Referia-se as guerras de independência ocorridas no século XIX identificando que estas não promoveram a superação das bases que constituíram o latifúndio no eixo central da dinâmica econômica das sociedades latino-americanas. Por isso, via na luta pela terra o elemento que permitiria superar a herança colonial e a opressão social ao mesmo tempo. Esses elementos, aliados as condições precárias de vida e a superexploração do trabalho, das minas e dos campos que Ernesto encontrara em cada lugar do continente que percorrera, levaram o comandante a destacar a capacidade revolucionária do campesinato na América Latina. Nesse sentido, em “Táctica y estrategia de la Revolución Latinoamericana”, de 1962, Guevara afirmou:
(…) la gran masa libra su sustento trabajando como peones em las haciendas por salarios misérrimos, o labran la tierra em condiciones de explotación que nada tienen que envidiar a la Edad Media. Estas circustancias son las que determinan que en América Latina la población pobre del campo constituya una tremenda fuerza revolucionaria potencial. (GUEVARA, 1962. pg 502)
Não obstante, embora atribuísse um caráter agrário, além de anti-imperialista, da revolução no continente e aos camponeses a força social da revolução, identificava a necessidade da “dirección revolucionária y política de la clase obrera y de los intelectuales revolucionarios” (GUEVARA, 1962. pg 502).

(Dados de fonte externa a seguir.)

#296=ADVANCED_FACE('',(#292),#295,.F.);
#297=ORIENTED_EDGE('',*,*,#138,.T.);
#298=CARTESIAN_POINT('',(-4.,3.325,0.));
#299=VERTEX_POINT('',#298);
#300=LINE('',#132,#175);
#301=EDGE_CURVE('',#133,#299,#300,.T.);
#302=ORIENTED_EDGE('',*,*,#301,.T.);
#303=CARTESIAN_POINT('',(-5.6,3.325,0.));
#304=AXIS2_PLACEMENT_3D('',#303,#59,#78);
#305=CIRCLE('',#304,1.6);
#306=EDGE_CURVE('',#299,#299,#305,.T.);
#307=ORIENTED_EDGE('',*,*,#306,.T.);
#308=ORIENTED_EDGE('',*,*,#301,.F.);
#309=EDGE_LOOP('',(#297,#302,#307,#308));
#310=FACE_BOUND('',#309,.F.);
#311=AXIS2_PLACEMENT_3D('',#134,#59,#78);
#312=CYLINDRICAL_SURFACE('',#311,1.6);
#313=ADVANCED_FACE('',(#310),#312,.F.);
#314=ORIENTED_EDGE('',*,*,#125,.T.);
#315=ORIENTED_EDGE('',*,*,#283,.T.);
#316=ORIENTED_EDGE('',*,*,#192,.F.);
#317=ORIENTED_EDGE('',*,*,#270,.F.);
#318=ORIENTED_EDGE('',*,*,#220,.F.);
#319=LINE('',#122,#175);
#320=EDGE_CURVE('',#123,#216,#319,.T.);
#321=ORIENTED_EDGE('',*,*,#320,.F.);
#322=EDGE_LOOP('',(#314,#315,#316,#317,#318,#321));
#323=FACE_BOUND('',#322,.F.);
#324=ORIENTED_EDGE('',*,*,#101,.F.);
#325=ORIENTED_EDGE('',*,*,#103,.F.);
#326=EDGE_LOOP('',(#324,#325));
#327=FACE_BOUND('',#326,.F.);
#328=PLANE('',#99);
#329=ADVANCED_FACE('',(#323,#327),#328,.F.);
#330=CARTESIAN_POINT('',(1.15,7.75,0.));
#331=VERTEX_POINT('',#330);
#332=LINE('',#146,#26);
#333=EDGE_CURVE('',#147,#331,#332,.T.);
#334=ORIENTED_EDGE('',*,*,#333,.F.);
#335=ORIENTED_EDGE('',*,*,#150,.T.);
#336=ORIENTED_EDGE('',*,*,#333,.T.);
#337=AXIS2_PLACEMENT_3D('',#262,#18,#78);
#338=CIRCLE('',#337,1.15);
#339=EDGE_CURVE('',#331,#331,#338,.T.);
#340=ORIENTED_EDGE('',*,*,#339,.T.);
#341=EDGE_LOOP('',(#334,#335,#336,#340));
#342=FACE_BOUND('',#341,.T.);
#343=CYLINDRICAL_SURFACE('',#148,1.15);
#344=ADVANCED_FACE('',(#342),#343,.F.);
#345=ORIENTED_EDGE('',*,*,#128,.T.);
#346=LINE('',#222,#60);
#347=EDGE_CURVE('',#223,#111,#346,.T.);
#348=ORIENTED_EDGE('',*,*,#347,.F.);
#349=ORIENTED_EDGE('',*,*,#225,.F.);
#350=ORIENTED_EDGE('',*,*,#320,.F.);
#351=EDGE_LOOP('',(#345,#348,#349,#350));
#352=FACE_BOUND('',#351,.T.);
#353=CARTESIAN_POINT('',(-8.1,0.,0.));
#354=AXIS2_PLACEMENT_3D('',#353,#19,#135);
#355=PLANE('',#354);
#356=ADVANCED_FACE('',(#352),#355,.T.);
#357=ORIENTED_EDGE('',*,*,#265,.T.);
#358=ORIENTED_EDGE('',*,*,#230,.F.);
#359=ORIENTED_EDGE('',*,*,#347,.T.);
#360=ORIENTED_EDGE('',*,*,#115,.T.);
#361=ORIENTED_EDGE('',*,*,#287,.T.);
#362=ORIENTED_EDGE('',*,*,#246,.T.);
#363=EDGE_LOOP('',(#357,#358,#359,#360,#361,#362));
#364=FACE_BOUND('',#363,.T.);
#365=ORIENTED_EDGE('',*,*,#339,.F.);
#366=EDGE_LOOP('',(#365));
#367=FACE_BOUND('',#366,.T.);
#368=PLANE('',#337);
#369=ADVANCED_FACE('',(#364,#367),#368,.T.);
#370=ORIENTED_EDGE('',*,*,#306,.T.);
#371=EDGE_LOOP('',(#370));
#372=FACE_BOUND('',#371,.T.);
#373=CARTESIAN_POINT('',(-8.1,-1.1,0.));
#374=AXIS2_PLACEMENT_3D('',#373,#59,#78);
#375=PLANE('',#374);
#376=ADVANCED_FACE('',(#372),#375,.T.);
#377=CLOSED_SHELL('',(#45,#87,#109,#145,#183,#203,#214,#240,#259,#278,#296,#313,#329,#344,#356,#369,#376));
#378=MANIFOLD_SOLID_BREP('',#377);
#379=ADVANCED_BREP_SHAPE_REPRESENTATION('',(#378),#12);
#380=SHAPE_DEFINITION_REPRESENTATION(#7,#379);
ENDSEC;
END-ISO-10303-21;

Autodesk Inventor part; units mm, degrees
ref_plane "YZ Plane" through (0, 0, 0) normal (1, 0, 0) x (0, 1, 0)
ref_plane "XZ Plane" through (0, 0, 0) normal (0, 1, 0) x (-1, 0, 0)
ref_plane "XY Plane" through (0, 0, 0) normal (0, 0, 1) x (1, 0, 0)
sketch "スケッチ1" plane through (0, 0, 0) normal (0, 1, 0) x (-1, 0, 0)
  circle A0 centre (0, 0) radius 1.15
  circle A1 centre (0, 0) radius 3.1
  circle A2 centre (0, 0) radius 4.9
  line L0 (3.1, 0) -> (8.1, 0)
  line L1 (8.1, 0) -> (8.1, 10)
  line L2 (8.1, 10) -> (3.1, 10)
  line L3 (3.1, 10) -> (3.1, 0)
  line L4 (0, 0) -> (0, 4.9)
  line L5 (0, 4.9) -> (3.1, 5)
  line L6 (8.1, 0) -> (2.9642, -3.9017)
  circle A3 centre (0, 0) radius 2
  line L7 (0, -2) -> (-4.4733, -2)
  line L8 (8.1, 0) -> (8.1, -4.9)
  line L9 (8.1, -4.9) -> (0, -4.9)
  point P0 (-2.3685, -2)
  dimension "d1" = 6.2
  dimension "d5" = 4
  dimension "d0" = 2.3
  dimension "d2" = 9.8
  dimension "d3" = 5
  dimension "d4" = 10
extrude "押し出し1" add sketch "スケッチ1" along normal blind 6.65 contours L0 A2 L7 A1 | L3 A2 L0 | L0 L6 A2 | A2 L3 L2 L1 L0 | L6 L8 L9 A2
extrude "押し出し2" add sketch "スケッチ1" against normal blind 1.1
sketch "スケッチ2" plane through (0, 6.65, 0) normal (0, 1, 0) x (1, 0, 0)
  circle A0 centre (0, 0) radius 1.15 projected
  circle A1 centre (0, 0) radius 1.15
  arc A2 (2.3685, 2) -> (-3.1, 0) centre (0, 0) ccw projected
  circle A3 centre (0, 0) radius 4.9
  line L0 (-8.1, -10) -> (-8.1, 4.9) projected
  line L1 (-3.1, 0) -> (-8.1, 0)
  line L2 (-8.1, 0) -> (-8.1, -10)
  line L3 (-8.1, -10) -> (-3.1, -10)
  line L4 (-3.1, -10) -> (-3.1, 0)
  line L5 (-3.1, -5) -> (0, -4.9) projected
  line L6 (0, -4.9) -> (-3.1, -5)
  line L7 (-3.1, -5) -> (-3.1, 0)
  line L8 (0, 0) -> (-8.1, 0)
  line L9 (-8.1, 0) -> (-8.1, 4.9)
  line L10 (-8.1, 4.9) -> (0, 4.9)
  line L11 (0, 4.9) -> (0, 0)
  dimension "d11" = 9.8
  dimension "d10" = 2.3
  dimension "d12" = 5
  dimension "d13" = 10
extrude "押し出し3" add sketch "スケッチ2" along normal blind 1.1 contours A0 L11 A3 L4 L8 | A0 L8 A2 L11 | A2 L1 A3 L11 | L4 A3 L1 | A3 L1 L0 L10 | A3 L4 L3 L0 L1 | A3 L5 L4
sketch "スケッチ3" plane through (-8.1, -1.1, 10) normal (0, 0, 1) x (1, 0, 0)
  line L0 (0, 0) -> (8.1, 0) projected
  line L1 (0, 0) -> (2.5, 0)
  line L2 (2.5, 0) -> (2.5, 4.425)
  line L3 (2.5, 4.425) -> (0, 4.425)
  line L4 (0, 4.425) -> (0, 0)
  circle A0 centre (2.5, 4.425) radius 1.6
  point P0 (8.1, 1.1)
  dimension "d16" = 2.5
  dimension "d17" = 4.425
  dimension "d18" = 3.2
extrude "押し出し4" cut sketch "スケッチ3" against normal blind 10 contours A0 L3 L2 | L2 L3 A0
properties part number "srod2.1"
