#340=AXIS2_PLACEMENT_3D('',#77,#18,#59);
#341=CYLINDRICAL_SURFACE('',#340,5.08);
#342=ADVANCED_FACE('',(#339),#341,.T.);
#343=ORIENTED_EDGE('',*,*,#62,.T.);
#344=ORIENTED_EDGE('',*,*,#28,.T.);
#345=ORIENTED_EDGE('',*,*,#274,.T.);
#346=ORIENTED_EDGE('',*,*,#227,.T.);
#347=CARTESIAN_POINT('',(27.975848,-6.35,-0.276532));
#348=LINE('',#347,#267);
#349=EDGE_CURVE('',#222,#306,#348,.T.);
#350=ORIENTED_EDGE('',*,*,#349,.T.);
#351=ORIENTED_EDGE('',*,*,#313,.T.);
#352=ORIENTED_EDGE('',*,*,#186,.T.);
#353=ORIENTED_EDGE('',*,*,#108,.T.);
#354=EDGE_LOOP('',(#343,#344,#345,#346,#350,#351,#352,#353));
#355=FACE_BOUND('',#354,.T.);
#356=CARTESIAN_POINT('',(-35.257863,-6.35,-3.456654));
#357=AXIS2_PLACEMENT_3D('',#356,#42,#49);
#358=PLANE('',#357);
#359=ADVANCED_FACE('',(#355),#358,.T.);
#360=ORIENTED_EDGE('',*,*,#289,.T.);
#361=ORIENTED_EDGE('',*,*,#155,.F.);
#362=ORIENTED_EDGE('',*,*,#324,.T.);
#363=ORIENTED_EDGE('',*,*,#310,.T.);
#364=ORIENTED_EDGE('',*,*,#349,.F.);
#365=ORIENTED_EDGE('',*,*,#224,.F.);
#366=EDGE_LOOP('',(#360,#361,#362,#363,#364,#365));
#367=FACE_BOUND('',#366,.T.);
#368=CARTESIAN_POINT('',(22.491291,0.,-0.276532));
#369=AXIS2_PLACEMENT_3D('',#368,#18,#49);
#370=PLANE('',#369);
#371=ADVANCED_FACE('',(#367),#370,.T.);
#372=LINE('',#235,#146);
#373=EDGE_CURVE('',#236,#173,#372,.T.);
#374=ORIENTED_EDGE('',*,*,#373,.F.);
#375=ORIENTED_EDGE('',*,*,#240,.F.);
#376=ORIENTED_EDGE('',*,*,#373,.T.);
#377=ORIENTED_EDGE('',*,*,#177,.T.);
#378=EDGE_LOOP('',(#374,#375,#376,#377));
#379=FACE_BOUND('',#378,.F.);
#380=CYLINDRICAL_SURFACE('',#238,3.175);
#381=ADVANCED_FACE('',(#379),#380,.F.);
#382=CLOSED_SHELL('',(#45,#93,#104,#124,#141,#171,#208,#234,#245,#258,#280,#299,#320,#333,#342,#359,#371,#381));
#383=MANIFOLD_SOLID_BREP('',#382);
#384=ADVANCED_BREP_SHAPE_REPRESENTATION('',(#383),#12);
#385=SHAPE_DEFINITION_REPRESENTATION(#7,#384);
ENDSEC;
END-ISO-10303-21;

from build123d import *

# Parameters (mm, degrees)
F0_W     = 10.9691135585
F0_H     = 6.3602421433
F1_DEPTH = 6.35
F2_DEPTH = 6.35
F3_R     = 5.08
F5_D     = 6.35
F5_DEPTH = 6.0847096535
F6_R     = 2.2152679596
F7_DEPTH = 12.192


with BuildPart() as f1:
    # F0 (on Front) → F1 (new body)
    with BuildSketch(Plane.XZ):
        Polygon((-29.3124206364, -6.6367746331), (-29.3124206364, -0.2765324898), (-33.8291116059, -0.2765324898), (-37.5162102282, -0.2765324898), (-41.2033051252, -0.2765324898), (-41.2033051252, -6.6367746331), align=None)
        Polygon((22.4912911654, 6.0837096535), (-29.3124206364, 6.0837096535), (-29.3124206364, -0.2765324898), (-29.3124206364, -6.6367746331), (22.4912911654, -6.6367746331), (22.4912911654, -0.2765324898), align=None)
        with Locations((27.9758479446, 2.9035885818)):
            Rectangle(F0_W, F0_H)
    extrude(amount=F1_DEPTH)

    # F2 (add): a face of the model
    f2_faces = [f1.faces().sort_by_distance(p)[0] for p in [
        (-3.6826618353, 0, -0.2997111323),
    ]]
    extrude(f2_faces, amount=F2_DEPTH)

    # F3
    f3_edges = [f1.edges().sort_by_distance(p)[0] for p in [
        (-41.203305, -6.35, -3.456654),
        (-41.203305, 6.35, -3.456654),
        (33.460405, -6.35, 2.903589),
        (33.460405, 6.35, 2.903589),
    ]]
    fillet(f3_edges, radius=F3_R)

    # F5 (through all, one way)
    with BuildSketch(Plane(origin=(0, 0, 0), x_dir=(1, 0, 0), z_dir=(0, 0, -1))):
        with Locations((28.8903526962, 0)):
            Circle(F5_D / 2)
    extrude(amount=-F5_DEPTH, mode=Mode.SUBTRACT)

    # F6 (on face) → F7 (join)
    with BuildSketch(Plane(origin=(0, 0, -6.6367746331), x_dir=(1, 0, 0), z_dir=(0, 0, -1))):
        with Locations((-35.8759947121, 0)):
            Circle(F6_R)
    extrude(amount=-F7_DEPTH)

Quanto as características das classes dominantes da região, entendia que em muitos países do chamado Terceiro Mundo estabeleceram-se contradições entre alguns setores das elites locais e o imperialismo. Para ele, tal processo ocorrera devido a competição desigual, as dinâmicas impostas pelo Imperialismo e à herança colonial que geraram as condições que definem grande parte dos países latino-americanos como “subdesenvolvidos”. Estes estariam relegados ao destino imutável de serem países “del monocultivo, los del monoproducto, los del monomercado” (GUEVARA, 1961) Em seguida complementa: “Un producto único cuya incierta venta depende de un mercado único que impone y fija condiciones, he aqui la gran fórmula de la dominación económica imperial” (GUEVARA, 1961)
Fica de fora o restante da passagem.